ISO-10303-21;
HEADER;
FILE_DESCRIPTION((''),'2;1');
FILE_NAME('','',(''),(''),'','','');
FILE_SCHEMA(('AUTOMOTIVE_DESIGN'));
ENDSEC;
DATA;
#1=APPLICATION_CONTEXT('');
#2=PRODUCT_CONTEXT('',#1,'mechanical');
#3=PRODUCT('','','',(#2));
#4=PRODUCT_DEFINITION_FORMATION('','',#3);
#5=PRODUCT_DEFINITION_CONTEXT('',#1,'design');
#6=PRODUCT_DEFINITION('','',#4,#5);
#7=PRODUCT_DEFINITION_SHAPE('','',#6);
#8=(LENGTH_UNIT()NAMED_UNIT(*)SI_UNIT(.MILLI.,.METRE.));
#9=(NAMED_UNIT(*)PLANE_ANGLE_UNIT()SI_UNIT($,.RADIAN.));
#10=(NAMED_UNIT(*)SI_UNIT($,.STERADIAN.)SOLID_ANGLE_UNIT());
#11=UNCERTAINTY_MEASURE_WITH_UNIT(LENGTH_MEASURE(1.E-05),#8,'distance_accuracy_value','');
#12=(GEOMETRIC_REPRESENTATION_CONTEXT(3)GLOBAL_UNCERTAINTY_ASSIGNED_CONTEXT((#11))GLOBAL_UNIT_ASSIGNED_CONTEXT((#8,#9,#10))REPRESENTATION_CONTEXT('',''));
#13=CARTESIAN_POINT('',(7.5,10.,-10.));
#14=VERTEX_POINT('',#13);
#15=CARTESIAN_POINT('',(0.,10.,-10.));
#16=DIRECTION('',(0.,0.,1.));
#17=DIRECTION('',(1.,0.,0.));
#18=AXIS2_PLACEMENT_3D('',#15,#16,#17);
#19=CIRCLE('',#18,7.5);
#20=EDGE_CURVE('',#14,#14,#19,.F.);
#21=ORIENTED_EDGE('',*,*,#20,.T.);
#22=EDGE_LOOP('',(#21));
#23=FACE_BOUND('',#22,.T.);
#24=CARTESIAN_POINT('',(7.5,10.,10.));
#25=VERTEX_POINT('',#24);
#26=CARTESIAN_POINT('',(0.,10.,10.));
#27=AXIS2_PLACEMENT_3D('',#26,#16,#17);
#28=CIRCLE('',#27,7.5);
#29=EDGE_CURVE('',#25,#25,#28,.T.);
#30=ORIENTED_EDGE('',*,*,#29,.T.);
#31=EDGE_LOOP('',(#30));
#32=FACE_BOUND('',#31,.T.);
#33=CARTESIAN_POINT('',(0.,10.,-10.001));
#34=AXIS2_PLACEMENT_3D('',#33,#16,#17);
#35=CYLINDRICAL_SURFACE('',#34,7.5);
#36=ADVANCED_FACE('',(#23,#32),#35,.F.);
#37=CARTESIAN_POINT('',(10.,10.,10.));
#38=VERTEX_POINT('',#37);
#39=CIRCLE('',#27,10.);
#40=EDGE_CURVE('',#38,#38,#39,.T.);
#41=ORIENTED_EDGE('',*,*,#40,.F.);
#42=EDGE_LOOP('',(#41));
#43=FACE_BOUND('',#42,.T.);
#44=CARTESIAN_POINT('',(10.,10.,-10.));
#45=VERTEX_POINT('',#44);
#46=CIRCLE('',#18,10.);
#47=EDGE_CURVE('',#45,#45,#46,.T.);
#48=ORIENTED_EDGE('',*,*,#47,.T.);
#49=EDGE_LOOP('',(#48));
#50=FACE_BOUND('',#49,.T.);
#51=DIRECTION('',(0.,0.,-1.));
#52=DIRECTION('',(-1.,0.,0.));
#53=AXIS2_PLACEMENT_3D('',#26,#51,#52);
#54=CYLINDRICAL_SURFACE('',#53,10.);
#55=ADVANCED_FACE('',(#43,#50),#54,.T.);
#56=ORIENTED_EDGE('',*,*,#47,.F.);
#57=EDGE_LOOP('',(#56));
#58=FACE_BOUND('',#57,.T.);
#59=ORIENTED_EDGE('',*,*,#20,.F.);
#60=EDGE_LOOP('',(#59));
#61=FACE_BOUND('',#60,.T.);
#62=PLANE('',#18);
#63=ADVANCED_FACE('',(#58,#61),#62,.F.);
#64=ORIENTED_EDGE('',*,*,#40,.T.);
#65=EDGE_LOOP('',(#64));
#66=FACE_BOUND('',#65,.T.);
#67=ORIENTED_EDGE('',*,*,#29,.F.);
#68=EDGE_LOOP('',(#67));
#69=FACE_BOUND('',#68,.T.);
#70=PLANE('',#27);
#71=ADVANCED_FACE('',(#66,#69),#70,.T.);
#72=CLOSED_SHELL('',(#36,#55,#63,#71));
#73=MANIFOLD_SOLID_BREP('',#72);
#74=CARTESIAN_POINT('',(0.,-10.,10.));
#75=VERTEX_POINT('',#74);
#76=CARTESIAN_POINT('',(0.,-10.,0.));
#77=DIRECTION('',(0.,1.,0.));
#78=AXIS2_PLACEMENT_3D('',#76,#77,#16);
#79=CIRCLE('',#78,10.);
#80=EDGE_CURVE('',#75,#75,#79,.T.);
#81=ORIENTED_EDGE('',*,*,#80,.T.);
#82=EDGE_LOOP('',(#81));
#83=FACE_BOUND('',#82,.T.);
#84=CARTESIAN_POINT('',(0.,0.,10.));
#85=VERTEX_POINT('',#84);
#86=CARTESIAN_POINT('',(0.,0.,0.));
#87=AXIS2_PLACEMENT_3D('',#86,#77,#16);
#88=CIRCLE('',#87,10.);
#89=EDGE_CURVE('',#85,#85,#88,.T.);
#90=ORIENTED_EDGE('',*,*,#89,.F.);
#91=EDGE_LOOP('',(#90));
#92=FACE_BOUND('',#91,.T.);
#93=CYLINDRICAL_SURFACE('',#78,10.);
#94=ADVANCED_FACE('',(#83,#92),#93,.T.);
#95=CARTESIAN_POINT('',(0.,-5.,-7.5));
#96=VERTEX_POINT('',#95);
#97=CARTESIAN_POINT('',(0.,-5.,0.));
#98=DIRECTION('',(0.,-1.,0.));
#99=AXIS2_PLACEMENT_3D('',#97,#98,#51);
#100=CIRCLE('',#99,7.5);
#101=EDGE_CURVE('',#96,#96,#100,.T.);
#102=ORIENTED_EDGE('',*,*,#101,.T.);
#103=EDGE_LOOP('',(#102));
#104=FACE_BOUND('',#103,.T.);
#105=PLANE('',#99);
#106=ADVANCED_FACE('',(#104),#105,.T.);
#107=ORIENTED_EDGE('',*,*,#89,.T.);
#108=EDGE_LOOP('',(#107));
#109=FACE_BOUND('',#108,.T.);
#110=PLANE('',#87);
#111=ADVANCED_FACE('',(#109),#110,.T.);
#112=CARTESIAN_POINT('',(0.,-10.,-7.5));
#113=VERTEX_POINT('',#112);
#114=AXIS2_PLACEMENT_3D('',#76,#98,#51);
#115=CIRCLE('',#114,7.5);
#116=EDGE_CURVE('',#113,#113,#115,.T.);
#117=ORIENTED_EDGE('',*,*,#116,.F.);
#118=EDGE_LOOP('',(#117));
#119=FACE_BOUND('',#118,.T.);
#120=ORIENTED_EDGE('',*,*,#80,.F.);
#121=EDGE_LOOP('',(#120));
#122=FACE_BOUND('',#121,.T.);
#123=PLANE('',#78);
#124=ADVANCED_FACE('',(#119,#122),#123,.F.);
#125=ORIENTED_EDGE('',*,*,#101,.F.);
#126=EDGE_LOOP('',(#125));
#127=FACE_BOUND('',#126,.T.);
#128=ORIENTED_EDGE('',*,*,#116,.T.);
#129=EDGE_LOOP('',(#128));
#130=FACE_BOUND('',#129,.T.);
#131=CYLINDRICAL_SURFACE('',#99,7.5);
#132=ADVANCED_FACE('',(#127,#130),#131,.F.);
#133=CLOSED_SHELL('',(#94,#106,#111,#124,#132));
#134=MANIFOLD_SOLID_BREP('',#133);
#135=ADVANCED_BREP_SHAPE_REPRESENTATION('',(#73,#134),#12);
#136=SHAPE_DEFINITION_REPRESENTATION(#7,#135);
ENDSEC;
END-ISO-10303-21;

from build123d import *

# Parameters (mm, degrees)
SKETCH2_R           = 10
BOSS_EXTRUDE2_DEPTH = 10
SKETCH3_R           = 7.5
CUT_EXTRUDE1_DEPTH  = 5
SKETCH5_R           = 10
BOSS_EXTRUDE3_DEPTH = 10
SKETCH6_R           = 7.5
CUT_EXTRUDE2_DEPTH  = 20


with BuildPart() as part:
    # Sketch2 → Boss-Extrude2 (new body)
    with BuildSketch(Plane(origin=(0, 0, 0), x_dir=(1, 0, 0), z_dir=(0, 1, 0))):
        with Locations(Location((0, 0, 0), (0, 0, 270))):
            Circle(SKETCH2_R)
    extrude(amount=-BOSS_EXTRUDE2_DEPTH)

    # Sketch3 → Cut-Extrude1 (cut)
    with BuildSketch(Plane(origin=(0, -10, 0), x_dir=(-1, 0, 0), z_dir=(0, -1, 0))):
        with Locations(Location((0, 0, 0), (0, 0, 90))):
            Circle(SKETCH3_R)
    extrude(amount=-CUT_EXTRUDE1_DEPTH, mode=Mode.SUBTRACT)


with BuildPart() as body_2:
    # Sketch5 → Boss-Extrude3 (new, symmetric)
    with BuildSketch(Plane.XY):
        with Locations((0, 10)):
            Circle(SKETCH5_R)
    extrude(amount=BOSS_EXTRUDE3_DEPTH, both=True)

    # Sketch6 → Cut-Extrude2 (cut)
    with BuildSketch(Plane.XY.offset(10)):
        with Locations((0, 10)):
            Circle(SKETCH6_R)
    extrude(amount=-CUT_EXTRUDE2_DEPTH, mode=Mode.SUBTRACT)


solid = Compound([part.part, body_2.part])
____________
What you should do: Using the data above, reproduce exactly the lines from the line that contains "#7=PRODUCT_DEFINITION_SHAPE('','',#6);" through the line that contains "#13=CARTESIAN_POINT('',(7.5,10.,-10.));", including both.

Written solution:
#7=PRODUCT_DEFINITION_SHAPE('','',#6);
#8=(LENGTH_UNIT()NAMED_UNIT(*)SI_UNIT(.MILLI.,.METRE.));
#9=(NAMED_UNIT(*)PLANE_ANGLE_UNIT()SI_UNIT($,.RADIAN.));
#10=(NAMED_UNIT(*)SI_UNIT($,.STERADIAN.)SOLID_ANGLE_UNIT());
#11=UNCERTAINTY_MEASURE_WITH_UNIT(LENGTH_MEASURE(1.E-05),#8,'distance_accuracy_value','');
#12=(GEOMETRIC_REPRESENTATION_CONTEXT(3)GLOBAL_UNCERTAINTY_ASSIGNED_CONTEXT((#11))GLOBAL_UNIT_ASSIGNED_CONTEXT((#8,#9,#10))REPRESENTATION_CONTEXT('',''));
#13=CARTESIAN_POINT('',(7.5,10.,-10.));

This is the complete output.